4β-Phorbol 12β-myristate,13
-acetate (PMA, 0.1–1000 ng/ml), a potent tumor promoter acting as a substitute for diacylglycerol to activate protein kinase C, stimulated 2-deoxyglucose transport in a time- and dose-dependent manner, without affecting passive glucose diffusion. PMA (0.1–1000 ng/ml) also elicited a dose-dependent activation of lipogenesis from [3-3H] glucose. Maximal PMA effects (100 ng/ml) on both processes were 60% of insulin maximal effects. In contrast, PMA (1–1000 ng/ml) failed to mimic the ability of insulin to stimulate lipogenesis from [3H]acetate.
4β-Phorbol 12,13 dibutyrate, mezerein, l-oleyl-2-acetyl-glycerol, 1,2 diolein, known as protein kinase C activators, also markedly stimulated glucose metabolism whereas 4
-phorbol 12,13 didecanoate and 4β-phorbol 13-monoacetate, shown not to activate protein kinase C, were ineffective. Mellitin, a cytotoxin- inhibiting protein kinase C, markedly decreased both PMA and insulin stimulation of glucose metabolism.
PMA decreased insulin submaximal effects on 2-deoxyglucose transport without inhibiting insulin binding. Maximal PMA and insulin effects on 2-deoxyglucose transport and lipogenesis from [3-3H]glucose were not additive. Both PMA and insulin activated each metabolic process in a calcium-dependent manner. PMA, like insulin, no longer stimulated 2-deoxyglucose transport in fat cells treated with 2,4-dinitrophenol.
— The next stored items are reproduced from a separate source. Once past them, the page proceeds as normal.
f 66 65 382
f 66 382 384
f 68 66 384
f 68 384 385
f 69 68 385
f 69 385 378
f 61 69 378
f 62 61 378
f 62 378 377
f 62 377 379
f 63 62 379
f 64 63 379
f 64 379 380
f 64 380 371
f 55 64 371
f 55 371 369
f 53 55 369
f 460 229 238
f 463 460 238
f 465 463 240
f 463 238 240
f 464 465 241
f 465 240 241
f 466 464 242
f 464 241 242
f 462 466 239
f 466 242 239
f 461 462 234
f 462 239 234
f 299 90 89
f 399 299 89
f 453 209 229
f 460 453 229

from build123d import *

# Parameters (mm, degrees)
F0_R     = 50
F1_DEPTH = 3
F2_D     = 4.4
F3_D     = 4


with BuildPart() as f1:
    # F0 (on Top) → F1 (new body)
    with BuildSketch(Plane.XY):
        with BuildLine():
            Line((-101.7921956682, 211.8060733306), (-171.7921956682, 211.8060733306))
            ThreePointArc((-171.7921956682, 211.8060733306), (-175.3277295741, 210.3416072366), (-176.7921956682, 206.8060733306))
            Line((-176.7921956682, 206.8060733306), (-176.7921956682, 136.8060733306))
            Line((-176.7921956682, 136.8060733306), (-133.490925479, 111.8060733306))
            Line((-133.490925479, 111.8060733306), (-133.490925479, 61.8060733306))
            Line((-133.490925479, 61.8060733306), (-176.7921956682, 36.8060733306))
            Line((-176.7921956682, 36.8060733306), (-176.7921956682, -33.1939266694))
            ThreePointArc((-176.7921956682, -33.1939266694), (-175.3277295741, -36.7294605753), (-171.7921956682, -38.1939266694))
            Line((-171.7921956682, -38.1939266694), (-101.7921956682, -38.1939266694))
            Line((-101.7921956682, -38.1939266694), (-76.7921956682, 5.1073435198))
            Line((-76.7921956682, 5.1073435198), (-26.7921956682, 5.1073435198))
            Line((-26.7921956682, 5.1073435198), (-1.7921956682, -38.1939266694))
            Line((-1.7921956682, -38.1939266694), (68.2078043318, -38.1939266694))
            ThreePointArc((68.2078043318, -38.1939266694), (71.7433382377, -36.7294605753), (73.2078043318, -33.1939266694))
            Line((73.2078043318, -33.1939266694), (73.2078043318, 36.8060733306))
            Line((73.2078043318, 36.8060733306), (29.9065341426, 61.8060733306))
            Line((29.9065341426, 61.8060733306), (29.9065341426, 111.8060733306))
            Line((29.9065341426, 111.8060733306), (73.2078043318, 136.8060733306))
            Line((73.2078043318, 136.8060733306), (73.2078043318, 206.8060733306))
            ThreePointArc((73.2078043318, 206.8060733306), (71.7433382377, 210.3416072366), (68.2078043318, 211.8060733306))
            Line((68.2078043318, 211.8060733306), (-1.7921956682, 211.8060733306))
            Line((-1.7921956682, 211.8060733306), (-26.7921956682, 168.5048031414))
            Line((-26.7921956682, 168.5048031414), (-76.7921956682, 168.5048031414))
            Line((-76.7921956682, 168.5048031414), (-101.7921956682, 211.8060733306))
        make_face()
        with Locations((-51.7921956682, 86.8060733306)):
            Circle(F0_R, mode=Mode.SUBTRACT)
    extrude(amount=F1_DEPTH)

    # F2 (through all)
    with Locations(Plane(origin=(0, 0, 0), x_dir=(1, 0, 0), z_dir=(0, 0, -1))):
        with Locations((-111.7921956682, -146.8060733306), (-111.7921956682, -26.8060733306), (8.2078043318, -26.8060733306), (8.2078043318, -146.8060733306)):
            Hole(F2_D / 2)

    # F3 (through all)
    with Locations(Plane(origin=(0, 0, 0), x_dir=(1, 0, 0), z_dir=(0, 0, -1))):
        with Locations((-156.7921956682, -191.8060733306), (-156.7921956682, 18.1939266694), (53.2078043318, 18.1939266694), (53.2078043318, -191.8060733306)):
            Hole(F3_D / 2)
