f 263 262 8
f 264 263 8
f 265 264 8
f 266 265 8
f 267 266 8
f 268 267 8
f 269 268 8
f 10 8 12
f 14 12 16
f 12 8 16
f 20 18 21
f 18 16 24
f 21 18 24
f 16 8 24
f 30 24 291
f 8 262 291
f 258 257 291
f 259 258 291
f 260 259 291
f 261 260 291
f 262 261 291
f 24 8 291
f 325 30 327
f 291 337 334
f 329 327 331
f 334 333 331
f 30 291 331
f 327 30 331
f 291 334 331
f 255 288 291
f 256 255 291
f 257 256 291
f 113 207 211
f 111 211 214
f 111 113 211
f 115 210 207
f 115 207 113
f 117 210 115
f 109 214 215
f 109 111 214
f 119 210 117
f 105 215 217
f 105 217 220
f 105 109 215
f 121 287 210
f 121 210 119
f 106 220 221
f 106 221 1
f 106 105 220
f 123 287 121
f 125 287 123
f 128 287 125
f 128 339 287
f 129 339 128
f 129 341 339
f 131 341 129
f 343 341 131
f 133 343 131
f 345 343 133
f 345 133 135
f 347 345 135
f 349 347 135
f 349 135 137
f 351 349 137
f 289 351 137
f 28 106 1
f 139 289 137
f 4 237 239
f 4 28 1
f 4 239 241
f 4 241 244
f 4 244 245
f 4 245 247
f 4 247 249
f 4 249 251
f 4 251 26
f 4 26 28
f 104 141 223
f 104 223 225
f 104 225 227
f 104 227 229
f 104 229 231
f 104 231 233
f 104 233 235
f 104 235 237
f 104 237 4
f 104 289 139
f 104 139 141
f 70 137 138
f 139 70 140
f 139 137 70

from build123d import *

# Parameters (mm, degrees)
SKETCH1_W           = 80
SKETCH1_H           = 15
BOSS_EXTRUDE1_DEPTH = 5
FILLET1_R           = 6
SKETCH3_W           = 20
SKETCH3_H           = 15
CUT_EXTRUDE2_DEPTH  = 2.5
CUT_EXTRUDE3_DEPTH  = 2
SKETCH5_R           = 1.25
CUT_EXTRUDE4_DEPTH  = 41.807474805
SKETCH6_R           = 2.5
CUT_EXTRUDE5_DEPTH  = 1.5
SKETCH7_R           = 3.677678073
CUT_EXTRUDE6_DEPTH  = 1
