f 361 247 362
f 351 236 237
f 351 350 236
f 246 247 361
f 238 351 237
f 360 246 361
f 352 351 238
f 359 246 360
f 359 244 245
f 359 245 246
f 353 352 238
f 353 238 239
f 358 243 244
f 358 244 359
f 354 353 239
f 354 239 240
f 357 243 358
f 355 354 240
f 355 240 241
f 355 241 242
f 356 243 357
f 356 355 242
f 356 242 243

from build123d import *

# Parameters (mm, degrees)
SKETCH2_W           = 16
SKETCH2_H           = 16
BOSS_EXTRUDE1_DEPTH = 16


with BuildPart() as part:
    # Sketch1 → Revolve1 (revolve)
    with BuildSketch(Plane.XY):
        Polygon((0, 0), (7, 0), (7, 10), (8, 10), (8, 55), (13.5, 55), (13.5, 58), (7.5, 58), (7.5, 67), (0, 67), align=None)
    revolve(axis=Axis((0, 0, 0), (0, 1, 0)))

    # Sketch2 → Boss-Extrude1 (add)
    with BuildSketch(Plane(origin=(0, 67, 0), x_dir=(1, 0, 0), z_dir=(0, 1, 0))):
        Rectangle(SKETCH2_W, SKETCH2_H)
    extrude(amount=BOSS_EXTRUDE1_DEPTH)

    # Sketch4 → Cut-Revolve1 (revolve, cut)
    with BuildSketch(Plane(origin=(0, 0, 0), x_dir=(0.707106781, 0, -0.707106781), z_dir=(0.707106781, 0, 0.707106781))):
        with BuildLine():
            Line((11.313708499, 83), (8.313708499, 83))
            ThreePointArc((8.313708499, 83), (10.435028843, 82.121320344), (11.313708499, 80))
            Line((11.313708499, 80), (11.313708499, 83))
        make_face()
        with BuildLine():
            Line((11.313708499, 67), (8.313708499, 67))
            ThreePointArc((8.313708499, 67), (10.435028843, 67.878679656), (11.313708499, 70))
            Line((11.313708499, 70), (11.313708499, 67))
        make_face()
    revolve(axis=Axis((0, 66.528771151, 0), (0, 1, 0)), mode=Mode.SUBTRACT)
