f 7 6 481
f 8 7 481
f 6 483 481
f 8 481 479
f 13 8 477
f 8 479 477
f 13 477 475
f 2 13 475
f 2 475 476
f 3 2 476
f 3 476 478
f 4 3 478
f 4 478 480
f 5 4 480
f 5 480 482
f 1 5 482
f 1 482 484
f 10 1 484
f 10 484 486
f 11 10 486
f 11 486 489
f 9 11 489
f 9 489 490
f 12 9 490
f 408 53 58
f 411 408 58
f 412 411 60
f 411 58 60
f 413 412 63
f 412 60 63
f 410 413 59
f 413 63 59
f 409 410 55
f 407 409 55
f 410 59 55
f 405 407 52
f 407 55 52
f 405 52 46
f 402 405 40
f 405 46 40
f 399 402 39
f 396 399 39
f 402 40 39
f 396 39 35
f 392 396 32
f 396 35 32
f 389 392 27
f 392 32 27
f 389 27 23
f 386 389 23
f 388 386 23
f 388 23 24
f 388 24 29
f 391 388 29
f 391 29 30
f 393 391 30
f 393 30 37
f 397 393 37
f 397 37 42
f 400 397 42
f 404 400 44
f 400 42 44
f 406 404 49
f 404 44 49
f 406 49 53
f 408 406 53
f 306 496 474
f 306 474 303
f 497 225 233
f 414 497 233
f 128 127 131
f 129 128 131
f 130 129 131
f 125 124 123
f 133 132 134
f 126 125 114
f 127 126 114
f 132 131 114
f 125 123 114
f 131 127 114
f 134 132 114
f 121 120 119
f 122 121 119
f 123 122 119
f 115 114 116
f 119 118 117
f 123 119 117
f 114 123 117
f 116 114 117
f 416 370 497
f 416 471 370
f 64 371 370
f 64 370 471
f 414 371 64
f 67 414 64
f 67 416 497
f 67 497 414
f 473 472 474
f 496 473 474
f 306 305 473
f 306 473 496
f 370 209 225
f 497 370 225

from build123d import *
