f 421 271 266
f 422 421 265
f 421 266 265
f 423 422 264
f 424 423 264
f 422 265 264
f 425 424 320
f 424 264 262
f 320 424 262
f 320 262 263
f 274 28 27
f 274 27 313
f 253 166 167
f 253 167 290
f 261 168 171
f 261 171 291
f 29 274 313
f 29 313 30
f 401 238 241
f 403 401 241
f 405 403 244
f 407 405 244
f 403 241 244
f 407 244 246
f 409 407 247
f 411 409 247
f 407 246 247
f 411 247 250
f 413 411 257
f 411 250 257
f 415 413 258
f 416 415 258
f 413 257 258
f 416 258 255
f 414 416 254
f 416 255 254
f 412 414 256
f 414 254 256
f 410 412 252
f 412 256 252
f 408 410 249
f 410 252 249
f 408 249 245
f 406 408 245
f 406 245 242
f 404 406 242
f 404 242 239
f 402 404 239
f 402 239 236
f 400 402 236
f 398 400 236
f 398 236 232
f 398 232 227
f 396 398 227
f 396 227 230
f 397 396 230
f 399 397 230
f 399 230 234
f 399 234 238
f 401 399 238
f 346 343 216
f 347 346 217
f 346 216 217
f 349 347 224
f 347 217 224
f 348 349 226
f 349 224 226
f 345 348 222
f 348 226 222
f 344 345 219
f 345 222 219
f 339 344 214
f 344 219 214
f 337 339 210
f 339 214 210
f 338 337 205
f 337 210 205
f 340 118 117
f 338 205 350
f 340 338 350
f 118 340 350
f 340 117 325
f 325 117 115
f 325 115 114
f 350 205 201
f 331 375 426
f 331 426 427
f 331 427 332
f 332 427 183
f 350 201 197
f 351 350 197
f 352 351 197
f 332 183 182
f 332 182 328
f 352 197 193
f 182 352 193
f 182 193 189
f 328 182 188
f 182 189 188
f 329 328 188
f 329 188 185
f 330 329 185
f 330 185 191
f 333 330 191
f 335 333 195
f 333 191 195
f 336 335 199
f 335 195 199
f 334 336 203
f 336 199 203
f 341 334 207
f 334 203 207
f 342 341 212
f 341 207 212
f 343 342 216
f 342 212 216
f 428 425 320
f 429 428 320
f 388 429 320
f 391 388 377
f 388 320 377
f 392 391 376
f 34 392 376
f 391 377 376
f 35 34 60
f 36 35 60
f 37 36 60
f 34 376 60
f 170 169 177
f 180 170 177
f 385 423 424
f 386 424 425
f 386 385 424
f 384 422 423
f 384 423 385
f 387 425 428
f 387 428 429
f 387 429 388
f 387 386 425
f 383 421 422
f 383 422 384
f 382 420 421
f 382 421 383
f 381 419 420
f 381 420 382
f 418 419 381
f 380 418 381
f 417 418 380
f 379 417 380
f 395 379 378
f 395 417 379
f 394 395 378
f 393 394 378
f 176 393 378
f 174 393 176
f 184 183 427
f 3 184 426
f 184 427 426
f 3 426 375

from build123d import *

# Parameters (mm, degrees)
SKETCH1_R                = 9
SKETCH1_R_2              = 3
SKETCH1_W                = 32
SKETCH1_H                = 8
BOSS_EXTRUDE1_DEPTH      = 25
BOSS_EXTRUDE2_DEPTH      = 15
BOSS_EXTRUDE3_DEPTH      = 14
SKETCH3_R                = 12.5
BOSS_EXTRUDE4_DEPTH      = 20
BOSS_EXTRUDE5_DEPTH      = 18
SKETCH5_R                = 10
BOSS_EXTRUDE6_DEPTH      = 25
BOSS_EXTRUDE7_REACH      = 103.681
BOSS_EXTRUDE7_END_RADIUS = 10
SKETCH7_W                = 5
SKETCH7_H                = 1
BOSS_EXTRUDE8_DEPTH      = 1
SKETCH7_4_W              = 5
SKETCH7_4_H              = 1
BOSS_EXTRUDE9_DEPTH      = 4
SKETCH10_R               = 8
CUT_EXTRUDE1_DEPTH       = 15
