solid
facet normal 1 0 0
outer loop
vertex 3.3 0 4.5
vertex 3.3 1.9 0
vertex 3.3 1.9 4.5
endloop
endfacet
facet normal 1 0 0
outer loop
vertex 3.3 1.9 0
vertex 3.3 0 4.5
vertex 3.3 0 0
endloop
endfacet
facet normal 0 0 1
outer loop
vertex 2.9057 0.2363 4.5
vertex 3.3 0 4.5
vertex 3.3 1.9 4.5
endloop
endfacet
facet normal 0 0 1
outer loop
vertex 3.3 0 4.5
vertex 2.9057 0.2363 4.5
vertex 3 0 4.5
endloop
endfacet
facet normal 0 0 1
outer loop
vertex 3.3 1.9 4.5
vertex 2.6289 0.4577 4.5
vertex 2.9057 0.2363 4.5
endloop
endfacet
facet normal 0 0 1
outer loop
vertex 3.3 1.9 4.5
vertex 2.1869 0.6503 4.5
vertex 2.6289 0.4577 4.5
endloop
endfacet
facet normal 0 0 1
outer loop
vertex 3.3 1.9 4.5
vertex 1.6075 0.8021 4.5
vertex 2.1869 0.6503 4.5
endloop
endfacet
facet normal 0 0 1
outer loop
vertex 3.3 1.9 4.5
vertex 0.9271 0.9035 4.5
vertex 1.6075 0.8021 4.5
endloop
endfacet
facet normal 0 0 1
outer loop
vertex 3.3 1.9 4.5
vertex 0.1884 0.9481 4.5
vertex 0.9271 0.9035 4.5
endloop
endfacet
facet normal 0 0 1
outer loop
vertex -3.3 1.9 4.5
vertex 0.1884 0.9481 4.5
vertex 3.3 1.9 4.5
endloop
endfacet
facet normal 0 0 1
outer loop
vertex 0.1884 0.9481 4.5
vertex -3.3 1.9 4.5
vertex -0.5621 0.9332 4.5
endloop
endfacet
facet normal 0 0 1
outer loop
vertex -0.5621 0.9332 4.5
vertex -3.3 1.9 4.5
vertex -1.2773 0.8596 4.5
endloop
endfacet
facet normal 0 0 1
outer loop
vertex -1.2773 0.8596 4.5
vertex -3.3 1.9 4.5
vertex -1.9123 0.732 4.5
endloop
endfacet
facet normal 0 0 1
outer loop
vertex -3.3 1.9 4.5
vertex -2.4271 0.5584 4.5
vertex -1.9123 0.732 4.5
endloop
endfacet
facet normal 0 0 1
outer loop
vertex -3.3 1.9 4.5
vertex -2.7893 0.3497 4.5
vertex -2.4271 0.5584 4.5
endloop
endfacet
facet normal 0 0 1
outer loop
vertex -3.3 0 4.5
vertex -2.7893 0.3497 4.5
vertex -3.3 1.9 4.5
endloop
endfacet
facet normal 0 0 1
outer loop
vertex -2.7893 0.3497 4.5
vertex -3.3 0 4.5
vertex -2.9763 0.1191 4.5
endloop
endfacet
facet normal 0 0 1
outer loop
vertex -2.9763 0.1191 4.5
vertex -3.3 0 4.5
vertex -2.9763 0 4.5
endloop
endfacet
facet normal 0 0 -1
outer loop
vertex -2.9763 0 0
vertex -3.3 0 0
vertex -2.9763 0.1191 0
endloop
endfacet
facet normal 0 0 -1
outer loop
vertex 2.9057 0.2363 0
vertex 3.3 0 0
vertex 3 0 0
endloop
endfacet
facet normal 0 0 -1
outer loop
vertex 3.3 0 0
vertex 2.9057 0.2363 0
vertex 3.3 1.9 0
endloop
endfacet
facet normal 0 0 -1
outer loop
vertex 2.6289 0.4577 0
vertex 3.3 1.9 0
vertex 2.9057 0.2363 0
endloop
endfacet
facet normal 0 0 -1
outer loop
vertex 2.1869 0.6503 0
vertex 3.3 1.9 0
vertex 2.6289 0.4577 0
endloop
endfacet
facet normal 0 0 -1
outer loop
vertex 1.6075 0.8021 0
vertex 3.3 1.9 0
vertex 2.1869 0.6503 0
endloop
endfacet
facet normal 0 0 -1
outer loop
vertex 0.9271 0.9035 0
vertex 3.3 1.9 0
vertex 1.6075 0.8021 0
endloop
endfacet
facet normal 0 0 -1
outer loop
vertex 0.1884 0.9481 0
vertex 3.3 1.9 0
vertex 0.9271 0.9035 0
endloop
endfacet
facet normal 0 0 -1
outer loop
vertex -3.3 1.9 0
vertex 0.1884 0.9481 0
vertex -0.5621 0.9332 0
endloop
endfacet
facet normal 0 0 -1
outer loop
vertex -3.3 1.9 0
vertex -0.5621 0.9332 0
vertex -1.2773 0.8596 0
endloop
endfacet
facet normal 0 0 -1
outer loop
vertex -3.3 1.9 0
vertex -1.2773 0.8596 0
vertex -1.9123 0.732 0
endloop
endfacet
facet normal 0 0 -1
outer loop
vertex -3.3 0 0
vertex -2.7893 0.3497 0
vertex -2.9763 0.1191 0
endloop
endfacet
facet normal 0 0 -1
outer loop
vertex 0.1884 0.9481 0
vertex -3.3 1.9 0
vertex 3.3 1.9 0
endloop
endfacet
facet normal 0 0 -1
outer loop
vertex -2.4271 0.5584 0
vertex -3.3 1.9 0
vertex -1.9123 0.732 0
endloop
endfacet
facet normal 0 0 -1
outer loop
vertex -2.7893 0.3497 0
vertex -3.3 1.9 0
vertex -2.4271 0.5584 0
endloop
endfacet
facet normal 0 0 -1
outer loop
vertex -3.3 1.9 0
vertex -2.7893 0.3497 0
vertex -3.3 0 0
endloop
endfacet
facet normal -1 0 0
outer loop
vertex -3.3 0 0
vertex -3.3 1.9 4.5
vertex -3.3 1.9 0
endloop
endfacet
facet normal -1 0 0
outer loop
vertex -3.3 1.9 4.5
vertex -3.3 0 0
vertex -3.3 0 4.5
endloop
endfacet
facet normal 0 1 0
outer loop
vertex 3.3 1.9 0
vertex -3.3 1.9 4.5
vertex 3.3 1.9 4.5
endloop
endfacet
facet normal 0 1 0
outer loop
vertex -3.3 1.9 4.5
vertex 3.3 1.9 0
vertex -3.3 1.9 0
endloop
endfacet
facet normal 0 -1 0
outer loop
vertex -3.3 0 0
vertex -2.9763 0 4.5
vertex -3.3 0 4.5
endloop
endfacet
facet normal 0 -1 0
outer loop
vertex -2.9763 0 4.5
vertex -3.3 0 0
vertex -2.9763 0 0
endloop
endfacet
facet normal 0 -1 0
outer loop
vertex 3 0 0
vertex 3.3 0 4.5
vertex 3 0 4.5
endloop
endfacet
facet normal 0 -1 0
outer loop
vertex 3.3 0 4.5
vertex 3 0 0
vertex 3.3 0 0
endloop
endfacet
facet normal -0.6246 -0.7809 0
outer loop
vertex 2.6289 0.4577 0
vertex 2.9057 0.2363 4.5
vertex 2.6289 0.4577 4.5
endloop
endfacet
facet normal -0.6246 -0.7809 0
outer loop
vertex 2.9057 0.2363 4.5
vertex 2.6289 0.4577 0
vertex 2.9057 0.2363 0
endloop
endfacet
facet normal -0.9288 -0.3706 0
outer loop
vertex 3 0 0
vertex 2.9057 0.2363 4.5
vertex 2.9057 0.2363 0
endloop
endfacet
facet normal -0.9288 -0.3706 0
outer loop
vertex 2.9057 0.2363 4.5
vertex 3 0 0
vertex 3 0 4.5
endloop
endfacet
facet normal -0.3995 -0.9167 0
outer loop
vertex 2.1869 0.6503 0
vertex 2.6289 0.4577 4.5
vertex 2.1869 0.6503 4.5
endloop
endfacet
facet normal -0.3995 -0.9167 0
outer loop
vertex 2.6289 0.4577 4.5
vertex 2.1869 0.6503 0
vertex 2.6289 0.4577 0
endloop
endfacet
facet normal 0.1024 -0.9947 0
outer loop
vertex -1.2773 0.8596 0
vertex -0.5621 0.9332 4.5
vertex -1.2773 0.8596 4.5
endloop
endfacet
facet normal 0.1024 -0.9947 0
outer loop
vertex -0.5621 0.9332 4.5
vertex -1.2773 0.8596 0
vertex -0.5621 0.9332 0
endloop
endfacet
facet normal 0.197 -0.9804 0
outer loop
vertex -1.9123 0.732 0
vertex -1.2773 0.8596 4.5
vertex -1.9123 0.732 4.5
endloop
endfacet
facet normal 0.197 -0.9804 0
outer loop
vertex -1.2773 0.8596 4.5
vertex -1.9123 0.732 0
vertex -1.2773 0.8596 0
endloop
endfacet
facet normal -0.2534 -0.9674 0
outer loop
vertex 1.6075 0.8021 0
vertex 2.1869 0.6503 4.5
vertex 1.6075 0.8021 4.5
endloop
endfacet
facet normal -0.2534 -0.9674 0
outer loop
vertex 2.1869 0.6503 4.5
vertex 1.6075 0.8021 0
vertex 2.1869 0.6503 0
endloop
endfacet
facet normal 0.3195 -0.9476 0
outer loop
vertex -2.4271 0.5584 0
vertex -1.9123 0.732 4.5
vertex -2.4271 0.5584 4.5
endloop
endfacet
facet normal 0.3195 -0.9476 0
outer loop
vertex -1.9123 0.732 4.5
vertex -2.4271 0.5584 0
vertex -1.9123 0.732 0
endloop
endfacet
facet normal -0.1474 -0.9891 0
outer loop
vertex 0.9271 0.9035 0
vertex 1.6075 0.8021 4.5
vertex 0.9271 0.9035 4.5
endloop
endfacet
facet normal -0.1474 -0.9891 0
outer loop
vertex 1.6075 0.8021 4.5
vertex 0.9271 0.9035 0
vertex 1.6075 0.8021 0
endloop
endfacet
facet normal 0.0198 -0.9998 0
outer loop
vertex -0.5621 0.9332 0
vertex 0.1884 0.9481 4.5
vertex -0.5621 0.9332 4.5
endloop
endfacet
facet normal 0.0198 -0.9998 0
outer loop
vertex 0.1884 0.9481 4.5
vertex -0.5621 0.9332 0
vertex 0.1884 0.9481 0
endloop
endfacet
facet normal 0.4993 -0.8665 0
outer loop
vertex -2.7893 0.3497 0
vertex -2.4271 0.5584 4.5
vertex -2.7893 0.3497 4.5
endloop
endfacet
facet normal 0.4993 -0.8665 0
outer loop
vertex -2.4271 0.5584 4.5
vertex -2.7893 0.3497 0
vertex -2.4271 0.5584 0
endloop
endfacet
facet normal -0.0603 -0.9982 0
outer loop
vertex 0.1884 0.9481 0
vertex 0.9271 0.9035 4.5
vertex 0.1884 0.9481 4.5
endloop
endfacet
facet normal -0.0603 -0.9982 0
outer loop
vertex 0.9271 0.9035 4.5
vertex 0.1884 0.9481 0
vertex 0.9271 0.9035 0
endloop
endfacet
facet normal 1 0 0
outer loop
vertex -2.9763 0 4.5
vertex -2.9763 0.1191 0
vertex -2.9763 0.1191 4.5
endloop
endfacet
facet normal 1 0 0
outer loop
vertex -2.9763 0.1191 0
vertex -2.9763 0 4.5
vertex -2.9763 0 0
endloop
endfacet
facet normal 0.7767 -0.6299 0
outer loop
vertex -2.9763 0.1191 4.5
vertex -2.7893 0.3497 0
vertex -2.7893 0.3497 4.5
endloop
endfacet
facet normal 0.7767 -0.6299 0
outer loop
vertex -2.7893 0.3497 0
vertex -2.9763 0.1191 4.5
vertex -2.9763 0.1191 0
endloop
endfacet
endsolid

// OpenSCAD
// Generated by SolidPython 1.1.3 on 2024-06-25 04:13:11
$fn = 25;


difference() {
	translate(v = [-3.3000000000, 0, 0]) {
		cube(size = [6.6000000000, 1.9000000000, 4.5000000000]);
	}
	scale(v = [6.0000000000, 1.9000000000, 1]) {
		cylinder(h = 5.0000000000, r = 0.5000000000);
	}
}
/***********************************************
*********      SolidPython code:      **********
************************************************
 
# SolidPython example code for illuminated Salzburg Feltenreitenschule
# Brygg Ullmer, Clemson University
# Written 2024-06-24

from solid import *  # load in SolidPython/SCAD support code; solid2?
      
#dimensions in mm, mating to 144/m LED strip

elDim = {'arch': [6. , 1.9, 5.], 'dentil': [1.34, .56, 2.5], 
         'box':  [6.4, 4.7, 2.], 'column': [1.,  4.7, None]}

perBoxGeoms  = {}; boxWidth = elDim['box'][0] + elDim['column'][0]

for elName in ['column', 'dentil']: #create cubical masses for columns and dentils
  w,h,d = elDim[elName]; perBoxGeoms[elName] = cube([w,h,d])

aw, ah, ad  = elDim['arch']                # Prep to carve the arch
archCyl1    = cylinder(r=.5, h=ad)         # We'll excise this cylinder from the archCutter
archCyl2    = scale([aw, ah, 1])(archCyl1) # scaling it per elDimensions
archCutter1 = cube([aw*1.1, ah, ad*.9])        # and borrow the archs dimensions, with less depth
archCutter2 = translate([-aw*1.1/2., 0, 0])(archCutter1) #shifting it appropriately
archCutter3 = archCutter2 - archCyl2       # now, Boolean-subtract the cylindrical void 

outGeom = archCutter3

radialSegments = 25;     hdr = '$fn = %s;' % radialSegments # create a header for the export
scad_render_to_file(outGeom, 'frs01.scad', file_header=hdr) # write the .scad file

### end ###

 
 
************************************************/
These data show that PMA exhibited specific insulin-like properties on glucose metabolism in fat cells, without any effect on lipid synthesis from acetate. They indicate that PMA and insulin bioeffects may share a common step implicating a calcium-and energy-dependent process, distal to the initial insulin binding event. Our results suggest that protein kinase C may play a role in insulin regulation of glucose metabolism. (Endocrinology 118: 1759–1769, 1986)
Footnotes
* This work was supported by Grant U181 from the INSERM and by Grant UA0527 from the CNRS.
Received July 8, 1985.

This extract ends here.